Instructions for the task:
Restate, word for word, the lines from the opening line of the data through the line containing "#71=AXIS2_PLACEMENT_3D('',#70,#54,#26);", both included, and nothing else.

Listed entries:
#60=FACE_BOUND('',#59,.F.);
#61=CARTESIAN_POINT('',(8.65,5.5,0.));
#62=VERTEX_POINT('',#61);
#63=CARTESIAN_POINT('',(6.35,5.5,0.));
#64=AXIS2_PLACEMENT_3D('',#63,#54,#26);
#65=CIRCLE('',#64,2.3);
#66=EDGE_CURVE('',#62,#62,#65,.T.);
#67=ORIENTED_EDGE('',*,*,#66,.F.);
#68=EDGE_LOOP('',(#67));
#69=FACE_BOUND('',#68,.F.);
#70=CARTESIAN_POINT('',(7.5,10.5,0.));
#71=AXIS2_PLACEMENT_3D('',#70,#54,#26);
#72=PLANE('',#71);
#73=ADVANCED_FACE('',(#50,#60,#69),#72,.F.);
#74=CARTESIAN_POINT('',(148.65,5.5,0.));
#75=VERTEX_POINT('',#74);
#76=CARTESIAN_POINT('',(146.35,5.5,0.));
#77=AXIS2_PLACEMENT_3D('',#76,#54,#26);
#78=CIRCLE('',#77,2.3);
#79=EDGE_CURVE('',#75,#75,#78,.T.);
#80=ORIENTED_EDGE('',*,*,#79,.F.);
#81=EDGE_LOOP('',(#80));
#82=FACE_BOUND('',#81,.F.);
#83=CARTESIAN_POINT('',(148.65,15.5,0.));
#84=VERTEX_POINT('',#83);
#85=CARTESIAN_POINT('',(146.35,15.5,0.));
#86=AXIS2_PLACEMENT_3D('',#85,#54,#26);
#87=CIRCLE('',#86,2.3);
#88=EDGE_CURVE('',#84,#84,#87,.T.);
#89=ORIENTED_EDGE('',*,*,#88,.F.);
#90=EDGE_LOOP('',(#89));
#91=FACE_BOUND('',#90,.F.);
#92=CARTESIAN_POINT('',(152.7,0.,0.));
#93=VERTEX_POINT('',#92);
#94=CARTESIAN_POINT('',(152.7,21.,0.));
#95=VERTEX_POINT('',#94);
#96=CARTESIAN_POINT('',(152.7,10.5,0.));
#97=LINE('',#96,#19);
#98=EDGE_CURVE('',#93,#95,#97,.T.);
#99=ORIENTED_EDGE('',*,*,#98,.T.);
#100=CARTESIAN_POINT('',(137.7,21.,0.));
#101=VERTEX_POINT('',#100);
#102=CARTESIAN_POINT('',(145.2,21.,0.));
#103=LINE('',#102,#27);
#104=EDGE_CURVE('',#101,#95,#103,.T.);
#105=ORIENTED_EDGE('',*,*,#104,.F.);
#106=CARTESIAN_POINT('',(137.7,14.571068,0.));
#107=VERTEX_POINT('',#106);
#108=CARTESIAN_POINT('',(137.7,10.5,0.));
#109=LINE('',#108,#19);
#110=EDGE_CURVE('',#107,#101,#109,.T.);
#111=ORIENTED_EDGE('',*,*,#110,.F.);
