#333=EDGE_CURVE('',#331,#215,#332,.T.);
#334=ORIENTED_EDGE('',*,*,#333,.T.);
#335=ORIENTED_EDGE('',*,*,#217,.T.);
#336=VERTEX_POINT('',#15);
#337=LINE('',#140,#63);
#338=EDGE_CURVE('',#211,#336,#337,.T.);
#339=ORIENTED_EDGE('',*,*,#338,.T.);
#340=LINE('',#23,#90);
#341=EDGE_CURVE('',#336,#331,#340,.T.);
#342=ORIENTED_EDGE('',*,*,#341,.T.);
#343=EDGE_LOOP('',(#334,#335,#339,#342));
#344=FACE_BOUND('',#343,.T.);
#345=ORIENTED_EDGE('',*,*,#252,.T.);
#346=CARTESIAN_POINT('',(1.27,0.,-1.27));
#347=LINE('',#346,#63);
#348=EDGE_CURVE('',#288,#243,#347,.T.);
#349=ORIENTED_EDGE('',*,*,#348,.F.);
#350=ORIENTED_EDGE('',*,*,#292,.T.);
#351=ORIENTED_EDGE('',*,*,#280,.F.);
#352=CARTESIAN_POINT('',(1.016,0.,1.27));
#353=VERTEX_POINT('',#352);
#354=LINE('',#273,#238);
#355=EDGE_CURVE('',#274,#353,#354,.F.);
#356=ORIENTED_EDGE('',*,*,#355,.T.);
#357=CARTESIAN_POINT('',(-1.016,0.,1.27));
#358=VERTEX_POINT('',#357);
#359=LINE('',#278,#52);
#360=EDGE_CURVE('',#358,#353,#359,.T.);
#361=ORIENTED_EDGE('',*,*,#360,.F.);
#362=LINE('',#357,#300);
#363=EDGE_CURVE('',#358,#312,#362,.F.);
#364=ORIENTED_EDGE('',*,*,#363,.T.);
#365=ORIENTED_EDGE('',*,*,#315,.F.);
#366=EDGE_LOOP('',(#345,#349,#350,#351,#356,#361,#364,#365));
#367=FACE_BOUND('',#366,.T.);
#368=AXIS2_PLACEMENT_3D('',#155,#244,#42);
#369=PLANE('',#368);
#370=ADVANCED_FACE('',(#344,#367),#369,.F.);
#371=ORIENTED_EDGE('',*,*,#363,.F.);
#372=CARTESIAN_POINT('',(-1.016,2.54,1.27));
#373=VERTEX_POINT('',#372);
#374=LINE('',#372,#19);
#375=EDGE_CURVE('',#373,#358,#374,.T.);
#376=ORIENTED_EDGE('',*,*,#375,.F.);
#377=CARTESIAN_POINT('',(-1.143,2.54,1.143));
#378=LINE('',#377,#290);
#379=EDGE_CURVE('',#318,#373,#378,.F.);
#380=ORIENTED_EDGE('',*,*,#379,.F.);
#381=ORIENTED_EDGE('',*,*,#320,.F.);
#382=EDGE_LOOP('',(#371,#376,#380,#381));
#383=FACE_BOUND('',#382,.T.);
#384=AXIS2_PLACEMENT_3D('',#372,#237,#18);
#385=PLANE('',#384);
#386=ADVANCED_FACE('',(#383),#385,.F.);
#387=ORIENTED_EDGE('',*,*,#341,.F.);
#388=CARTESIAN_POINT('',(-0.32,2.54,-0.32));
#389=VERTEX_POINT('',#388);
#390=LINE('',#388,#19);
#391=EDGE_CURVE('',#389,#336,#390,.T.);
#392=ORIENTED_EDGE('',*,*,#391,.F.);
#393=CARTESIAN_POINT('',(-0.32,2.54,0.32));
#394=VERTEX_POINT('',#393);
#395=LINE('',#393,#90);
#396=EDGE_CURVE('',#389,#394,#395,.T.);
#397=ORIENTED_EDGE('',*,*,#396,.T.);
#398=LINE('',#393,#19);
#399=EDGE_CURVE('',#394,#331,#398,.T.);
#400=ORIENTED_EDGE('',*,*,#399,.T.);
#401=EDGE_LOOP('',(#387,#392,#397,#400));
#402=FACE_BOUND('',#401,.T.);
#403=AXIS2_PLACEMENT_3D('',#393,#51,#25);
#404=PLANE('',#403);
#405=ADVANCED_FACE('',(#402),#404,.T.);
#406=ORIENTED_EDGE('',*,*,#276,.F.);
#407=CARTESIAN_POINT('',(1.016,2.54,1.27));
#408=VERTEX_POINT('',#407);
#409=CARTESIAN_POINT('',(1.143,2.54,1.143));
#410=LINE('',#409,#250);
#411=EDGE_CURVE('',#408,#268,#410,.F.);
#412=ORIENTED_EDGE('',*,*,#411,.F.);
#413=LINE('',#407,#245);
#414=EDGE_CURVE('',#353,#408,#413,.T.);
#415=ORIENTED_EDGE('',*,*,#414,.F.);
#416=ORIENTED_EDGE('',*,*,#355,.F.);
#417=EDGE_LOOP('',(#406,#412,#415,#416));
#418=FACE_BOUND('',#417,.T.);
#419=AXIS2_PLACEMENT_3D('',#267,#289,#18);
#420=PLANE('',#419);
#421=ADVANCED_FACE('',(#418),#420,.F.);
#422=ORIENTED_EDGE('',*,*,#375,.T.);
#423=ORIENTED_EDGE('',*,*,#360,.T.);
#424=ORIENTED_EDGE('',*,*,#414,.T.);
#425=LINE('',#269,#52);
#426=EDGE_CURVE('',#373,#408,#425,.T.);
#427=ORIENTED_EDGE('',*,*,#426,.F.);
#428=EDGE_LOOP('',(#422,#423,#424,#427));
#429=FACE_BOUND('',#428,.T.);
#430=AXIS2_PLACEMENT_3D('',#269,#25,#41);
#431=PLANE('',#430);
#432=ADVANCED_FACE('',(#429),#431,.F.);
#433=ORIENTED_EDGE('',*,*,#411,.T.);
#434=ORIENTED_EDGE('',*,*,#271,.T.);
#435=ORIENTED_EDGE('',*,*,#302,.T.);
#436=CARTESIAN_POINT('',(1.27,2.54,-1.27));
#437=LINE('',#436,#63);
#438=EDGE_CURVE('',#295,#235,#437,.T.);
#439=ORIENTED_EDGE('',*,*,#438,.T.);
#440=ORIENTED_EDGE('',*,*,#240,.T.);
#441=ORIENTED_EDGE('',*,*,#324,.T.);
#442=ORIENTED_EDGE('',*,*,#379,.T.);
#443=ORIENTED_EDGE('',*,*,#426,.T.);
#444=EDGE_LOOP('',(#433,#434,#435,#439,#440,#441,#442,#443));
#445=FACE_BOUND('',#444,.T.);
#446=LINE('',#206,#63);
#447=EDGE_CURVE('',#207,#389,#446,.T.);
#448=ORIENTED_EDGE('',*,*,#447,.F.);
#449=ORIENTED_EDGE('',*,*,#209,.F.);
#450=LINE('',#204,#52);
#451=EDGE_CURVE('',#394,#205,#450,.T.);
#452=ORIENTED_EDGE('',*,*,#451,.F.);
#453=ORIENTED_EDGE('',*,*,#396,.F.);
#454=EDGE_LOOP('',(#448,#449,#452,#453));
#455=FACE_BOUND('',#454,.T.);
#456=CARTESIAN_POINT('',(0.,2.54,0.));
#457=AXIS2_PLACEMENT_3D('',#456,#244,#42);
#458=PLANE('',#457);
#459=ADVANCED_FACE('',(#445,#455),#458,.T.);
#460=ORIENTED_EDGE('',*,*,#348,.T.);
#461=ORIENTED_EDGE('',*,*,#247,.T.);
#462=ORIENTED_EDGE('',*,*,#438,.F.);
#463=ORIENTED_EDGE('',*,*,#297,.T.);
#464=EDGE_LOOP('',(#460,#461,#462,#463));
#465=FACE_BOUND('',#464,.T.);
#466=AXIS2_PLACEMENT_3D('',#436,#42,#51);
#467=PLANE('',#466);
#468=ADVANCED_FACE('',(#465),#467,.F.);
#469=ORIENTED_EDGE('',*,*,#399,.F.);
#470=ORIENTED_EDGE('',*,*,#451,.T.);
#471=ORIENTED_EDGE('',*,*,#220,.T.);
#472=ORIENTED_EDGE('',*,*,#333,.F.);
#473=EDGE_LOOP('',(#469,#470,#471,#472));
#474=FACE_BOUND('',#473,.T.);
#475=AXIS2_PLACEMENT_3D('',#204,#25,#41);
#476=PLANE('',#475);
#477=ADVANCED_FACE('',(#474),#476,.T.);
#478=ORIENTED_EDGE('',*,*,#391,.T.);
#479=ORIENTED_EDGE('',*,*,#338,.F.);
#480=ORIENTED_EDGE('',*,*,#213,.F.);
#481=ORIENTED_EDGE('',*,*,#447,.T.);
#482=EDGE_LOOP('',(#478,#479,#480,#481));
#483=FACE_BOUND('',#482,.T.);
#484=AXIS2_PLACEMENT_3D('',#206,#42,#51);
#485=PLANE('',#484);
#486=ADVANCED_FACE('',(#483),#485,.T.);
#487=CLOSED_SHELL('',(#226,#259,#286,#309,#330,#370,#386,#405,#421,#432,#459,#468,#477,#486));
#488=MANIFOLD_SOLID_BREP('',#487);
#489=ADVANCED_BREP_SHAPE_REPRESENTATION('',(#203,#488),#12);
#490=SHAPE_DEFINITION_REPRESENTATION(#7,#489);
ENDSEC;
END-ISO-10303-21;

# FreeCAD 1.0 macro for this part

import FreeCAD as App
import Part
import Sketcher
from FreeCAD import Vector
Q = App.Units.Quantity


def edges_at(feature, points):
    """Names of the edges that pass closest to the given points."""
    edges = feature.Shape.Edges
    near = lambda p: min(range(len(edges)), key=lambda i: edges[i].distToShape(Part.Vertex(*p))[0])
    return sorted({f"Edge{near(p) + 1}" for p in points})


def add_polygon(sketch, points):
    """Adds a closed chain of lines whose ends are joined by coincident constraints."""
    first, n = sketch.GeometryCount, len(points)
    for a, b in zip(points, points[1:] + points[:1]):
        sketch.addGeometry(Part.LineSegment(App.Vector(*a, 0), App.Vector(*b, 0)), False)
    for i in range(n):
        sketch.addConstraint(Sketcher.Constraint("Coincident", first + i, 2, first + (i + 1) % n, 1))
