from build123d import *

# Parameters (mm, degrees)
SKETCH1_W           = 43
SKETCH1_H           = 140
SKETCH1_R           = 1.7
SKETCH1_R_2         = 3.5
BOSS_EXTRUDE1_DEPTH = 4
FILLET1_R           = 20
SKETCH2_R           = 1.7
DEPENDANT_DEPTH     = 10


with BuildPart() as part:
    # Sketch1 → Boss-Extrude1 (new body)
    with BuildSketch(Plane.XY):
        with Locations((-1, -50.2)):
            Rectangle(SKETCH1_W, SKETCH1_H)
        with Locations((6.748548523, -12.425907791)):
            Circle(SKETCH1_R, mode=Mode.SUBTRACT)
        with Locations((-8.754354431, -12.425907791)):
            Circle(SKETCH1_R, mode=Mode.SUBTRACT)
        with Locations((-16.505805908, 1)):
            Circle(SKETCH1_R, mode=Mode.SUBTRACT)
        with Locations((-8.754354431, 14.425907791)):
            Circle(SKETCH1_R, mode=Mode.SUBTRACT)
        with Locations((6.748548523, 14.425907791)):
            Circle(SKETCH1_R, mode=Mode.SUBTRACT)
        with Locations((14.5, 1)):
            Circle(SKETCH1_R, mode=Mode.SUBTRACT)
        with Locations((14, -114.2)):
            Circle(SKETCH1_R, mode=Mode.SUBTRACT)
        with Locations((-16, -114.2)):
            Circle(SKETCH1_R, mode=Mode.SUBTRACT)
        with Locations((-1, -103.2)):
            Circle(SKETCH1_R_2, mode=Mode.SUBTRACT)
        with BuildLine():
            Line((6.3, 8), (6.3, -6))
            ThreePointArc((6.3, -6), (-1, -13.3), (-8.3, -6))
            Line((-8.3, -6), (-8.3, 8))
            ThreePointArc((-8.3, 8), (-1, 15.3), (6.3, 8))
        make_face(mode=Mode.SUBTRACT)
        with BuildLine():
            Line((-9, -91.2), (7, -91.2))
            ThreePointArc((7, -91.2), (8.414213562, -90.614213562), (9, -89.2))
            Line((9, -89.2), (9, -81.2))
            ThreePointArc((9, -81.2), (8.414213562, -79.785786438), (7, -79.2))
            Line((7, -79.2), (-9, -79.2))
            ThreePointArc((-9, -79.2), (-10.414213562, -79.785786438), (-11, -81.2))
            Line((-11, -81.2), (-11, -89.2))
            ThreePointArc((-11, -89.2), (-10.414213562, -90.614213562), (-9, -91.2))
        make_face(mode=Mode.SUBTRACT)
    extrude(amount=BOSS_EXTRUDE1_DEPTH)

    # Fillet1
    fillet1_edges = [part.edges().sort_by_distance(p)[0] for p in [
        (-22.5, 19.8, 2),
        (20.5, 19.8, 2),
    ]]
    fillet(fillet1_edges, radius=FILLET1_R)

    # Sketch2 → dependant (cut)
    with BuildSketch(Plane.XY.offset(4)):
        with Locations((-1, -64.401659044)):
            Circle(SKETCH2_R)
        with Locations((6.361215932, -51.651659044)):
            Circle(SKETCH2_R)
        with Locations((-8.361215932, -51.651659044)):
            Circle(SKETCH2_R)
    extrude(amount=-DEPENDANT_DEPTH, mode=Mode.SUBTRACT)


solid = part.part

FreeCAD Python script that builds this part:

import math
import FreeCAD as App
import Part
import Sketcher


def edges_at(feature, points):
    """Names of the edges that pass closest to the given points."""
    edges = feature.Shape.Edges
    near = lambda p: min(range(len(edges)), key=lambda i: edges[i].distToShape(Part.Vertex(*p))[0])
    return sorted({f"Edge{near(p) + 1}" for p in points})


def add_polygon(sketch, points):
    """Adds a closed chain of lines whose ends are joined by coincident constraints."""
    first, n = sketch.GeometryCount, len(points)
    for a, b in zip(points, points[1:] + points[:1]):
        sketch.addGeometry(Part.LineSegment(App.Vector(*a, 0), App.Vector(*b, 0)), False)
    for i in range(n):
        sketch.addConstraint(Sketcher.Constraint("Coincident", first + i, 2, first + (i + 1) % n, 1))

doc = App.newDocument("Part")
body = doc.addObject("PartDesign::Body", "Body")

# Sketch on XY plane
sketch1 = doc.addObject("Sketcher::SketchObject", "Sketch")
body.addObject(sketch1)
sketch1.AttachmentSupport = (doc.XY_Plane, [""])
sketch1.MapMode = "FlatFace"
add_polygon(sketch1, [(-22.5, 19.8), (-22.5, -120.2), (20.5, -120.2), (20.5, 19.8)])  # lines 0-3
sketch1.addGeometry(Part.Circle(App.Vector(-16, -114.2, 0), App.Vector(0, 0, 1), 1.7), False)  # 4
sketch1.addGeometry(Part.Circle(App.Vector(-1, -103.2, 0), App.Vector(0, 0, 1), 3.5), False)  # 5
sketch1.addGeometry(Part.LineSegment(App.Vector(7, -91.2, 0), App.Vector(-9, -91.2, 0)), False)  # 6
sketch1.addGeometry(Part.ArcOfCircle(Part.Circle(App.Vector(-9, -89.2, 0), App.Vector(0, 0, 1), 2), math.radians(-180), math.radians(-90)), False)  # 7
sketch1.addGeometry(Part.LineSegment(App.Vector(-11, -89.2, 0), App.Vector(-11, -81.2, 0)), False)  # 8
sketch1.addGeometry(Part.ArcOfCircle(Part.Circle(App.Vector(-9, -81.2, 0), App.Vector(0, 0, 1), 2), math.radians(90), math.radians(180)), False)  # 9
sketch1.addGeometry(Part.LineSegment(App.Vector(-9, -79.2, 0), App.Vector(7, -79.2, 0)), False)  # 10
sketch1.addGeometry(Part.ArcOfCircle(Part.Circle(App.Vector(7, -81.2, 0), App.Vector(0, 0, 1), 2), math.radians(0), math.radians(90)), False)  # 11
sketch1.addGeometry(Part.LineSegment(App.Vector(9, -81.2, 0), App.Vector(9, -89.2, 0)), False)  # 12
sketch1.addGeometry(Part.ArcOfCircle(Part.Circle(App.Vector(7, -89.2, 0), App.Vector(0, 0, 1), 2), math.radians(-90), math.radians(0)), False)  # 13
sketch1.addGeometry(Part.Circle(App.Vector(14, -114.2, 0), App.Vector(0, 0, 1), 1.7), False)  # 14
sketch1.addGeometry(Part.Circle(App.Vector(-16.5, 1, 0), App.Vector(0, 0, 1), 1.7), False)  # 15
sketch1.addGeometry(Part.Circle(App.Vector(-8.8, -12.4, 0), App.Vector(0, 0, 1), 1.7), False)  # 16
sketch1.addGeometry(Part.Circle(App.Vector(-8.8, 14.4, 0), App.Vector(0, 0, 1), 1.7), False)  # 17
sketch1.addGeometry(Part.Circle(App.Vector(6.7, -12.4, 0), App.Vector(0, 0, 1), 1.7), False)  # 18
sketch1.addGeometry(Part.ArcOfCircle(Part.Circle(App.Vector(-1, 8, 0), App.Vector(0, 0, 1), 7.3), math.radians(0), math.radians(180)), False)  # 19
sketch1.addGeometry(Part.LineSegment(App.Vector(6.3, 8, 0), App.Vector(6.3, -6, 0)), False)  # 20
sketch1.addGeometry(Part.ArcOfCircle(Part.Circle(App.Vector(-1, -6, 0), App.Vector(0, 0, 1), 7.3), math.radians(180), math.radians(360)), False)  # 21
sketch1.addGeometry(Part.LineSegment(App.Vector(-8.3, -6, 0), App.Vector(-8.3, 8, 0)), False)  # 22
sketch1.addGeometry(Part.Circle(App.Vector(6.7, 14.4, 0), App.Vector(0, 0, 1), 1.7), False)  # 23
sketch1.addGeometry(Part.Circle(App.Vector(14.5, 1, 0), App.Vector(0, 0, 1), 1.7), False)  # 24
sketch1.addConstraint([
    Sketcher.Constraint("Tangent", 6, 2, 7, 2),
    Sketcher.Constraint("Tangent", 7, 1, 8, 1),
    Sketcher.Constraint("Tangent", 8, 2, 9, 2),
    Sketcher.Constraint("Tangent", 9, 1, 10, 1),
    Sketcher.Constraint("Tangent", 10, 2, 11, 2),
    Sketcher.Constraint("Tangent", 11, 1, 12, 1),
    Sketcher.Constraint("Tangent", 12, 2, 13, 2),
    Sketcher.Constraint("Tangent", 13, 1, 6, 1),
    Sketcher.Constraint("Tangent", 19, 1, 20, 1),
    Sketcher.Constraint("Tangent", 20, 2, 21, 2),
    Sketcher.Constraint("Tangent", 21, 1, 22, 1),
    Sketcher.Constraint("Tangent", 22, 2, 19, 2),
    Sketcher.Constraint("Vertical", 0),
    Sketcher.Constraint("Horizontal", 1),
    Sketcher.Constraint("Vertical", 2),
    Sketcher.Constraint("Horizontal", 3),
    Sketcher.Constraint("Horizontal", 6),
    Sketcher.Constraint("Vertical", 8),
    Sketcher.Constraint("Horizontal", 10),
    Sketcher.Constraint("Vertical", 12),
    Sketcher.Constraint("Vertical", 20),
    Sketcher.Constraint("Vertical", 22),
    Sketcher.Constraint("Equal", 7, 9),
    Sketcher.Constraint("Equal", 9, 11),
    Sketcher.Constraint("Equal", 11, 13),
    Sketcher.Constraint("Equal", 4, 14),
    Sketcher.Constraint("Equal", 14, 15),
    Sketcher.Constraint("Equal", 15, 16),
    Sketcher.Constraint("Equal", 16, 17),
    Sketcher.Constraint("Equal", 17, 18),
    Sketcher.Constraint("Equal", 18, 23),
    Sketcher.Constraint("Equal", 23, 24),
    Sketcher.Constraint("Horizontal", 4, 3, 14, 3),
    Sketcher.Constraint("Horizontal", 16, 3, 18, 3),
    Sketcher.Constraint("Horizontal", 17, 3, 23, 3),
    Sketcher.Constraint("Horizontal", 15, 3, 24, 3),
    Sketcher.Constraint("Vertical", 16, 3, 17, 3),
    Sketcher.Constraint("Vertical", 5, 3, 19, 3),
    Sketcher.Constraint("Vertical", 18, 3, 23, 3),
    Sketcher.Constraint("Diameter", 5, 7.0),
    Sketcher.Constraint("Radius", 7, 2.0),
    Sketcher.Constraint("Diameter", 4, 3.4),
    Sketcher.Constraint("Radius", 19, 7.3),
    Sketcher.Constraint("DistanceX", 1, 1, 1, 2, 43.0),
    Sketcher.Constraint("DistanceX", 6, 2, 6, 1, 16.0),
    Sketcher.Constraint("DistanceY", 0, 2, 0, 1, 140.0),
    Sketcher.Constraint("DistanceY", 8, 1, 8, 2, 8.0),
    Sketcher.Constraint("DistanceY", 20, 2, 20, 1, 14.0),
    Sketcher.Constraint("DistanceX", 4, 3, -1, 1, 16.0),
    Sketcher.Constraint("DistanceX", 5, 3, -1, 1, 1.0),
    Sketcher.Constraint("DistanceX", 7, 3, -1, 1, 9.0),
    Sketcher.Constraint("DistanceX", -1, 1, 14, 3, 14.0),
    Sketcher.Constraint("DistanceY", -1, 1, 15, 3, 1.0),
    Sketcher.Constraint("DistanceY", -1, 1, 19, 3, 8.0),
    Sketcher.Constraint("DistanceY", 4, 3, 5, 3, 11.0),
    Sketcher.Constraint("DistanceY", 5, 3, 7, 3, 14.0),
    Sketcher.Constraint("DistanceY", 0, 2, 4, 3, 6.0),
    Sketcher.Constraint("DistanceX", 24, 3, 2, 2, 6.0),
    Sketcher.Constraint("DistanceY", 4, 3, -1, 1, 114.2),
    Sketcher.Constraint("DistanceX", -1, 1, 24, 3, 14.5),
    Sketcher.Constraint("DistanceX", -1, 1, 18, 3, 6.748549),
    Sketcher.Constraint("DistanceX", 15, 3, 16, 3, 7.751451),
    Sketcher.Constraint("DistanceX", 15, 3, -1, 1, 16.505806),
    Sketcher.Constraint("DistanceY", 16, 3, -1, 1, 12.425908),
    Sketcher.Constraint("DistanceY", -1, 1, 17, 3, 14.425908),
])
pad1 = doc.addObject("PartDesign::Pad", "Pad")
body.addObject(pad1)
pad1.Profile = sketch1
pad1.Length = 4
doc.recompute()

fillet = doc.addObject("PartDesign::Fillet", "Fillet")
body.addObject(fillet)
fillet.Base = (pad1, edges_at(pad1, [(-22.5, 19.8, 2), (20.5, 19.8, 2)]))
fillet.Radius = 20

# Sketch on XY plane
sketch2 = doc.addObject("Sketcher::SketchObject", "Sketch001")
body.addObject(sketch2)
sketch2.AttachmentSupport = (doc.XY_Plane, [""])
sketch2.MapMode = "FlatFace"
sketch2.AttachmentOffset = App.Placement(App.Vector(0, 0, 4), App.Rotation())
sketch2.addGeometry([
    Part.Circle(App.Vector(-1, -64.4, 0), App.Vector(0, 0, 1), 1.7),
    Part.Circle(App.Vector(6.4, -51.7, 0), App.Vector(0, 0, 1), 1.7),
    Part.Circle(App.Vector(-8.4, -51.7, 0), App.Vector(0, 0, 1), 1.7),
], False)
sketch2.addConstraint([
    Sketcher.Constraint("Equal", 0, 1),
    Sketcher.Constraint("Equal", 1, 2),
    Sketcher.Constraint("Horizontal", 1, 3, 2, 3),
    Sketcher.Constraint("Diameter", 0, 3.4),
    Sketcher.Constraint("DistanceX", 0, 3, -1, 1, 1.0),
    Sketcher.Constraint("DistanceY", 0, 3, 1, 3, 12.75),
    Sketcher.Constraint("DistanceY", 0, 3, -1, 1, 64.401659),
    Sketcher.Constraint("DistanceX", 2, 3, 1, 3, 14.722432),
    Sketcher.Constraint("DistanceX", -1, 1, 1, 3, 6.361216),
])
pocket1 = doc.addObject("PartDesign::Pocket", "Pocket")
body.addObject(pocket1)
pocket1.Profile = sketch2
pocket1.Length = 10

doc.recompute()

Written response:
#60=FACE_BOUND('',#59,.F.);
#61=CARTESIAN_POINT('',(8.65,5.5,0.));
#62=VERTEX_POINT('',#61);
#63=CARTESIAN_POINT('',(6.35,5.5,0.));
#64=AXIS2_PLACEMENT_3D('',#63,#54,#26);
#65=CIRCLE('',#64,2.3);
#66=EDGE_CURVE('',#62,#62,#65,.T.);
#67=ORIENTED_EDGE('',*,*,#66,.F.);
#68=EDGE_LOOP('',(#67));
#69=FACE_BOUND('',#68,.F.);
#70=CARTESIAN_POINT('',(7.5,10.5,0.));
#71=AXIS2_PLACEMENT_3D('',#70,#54,#26);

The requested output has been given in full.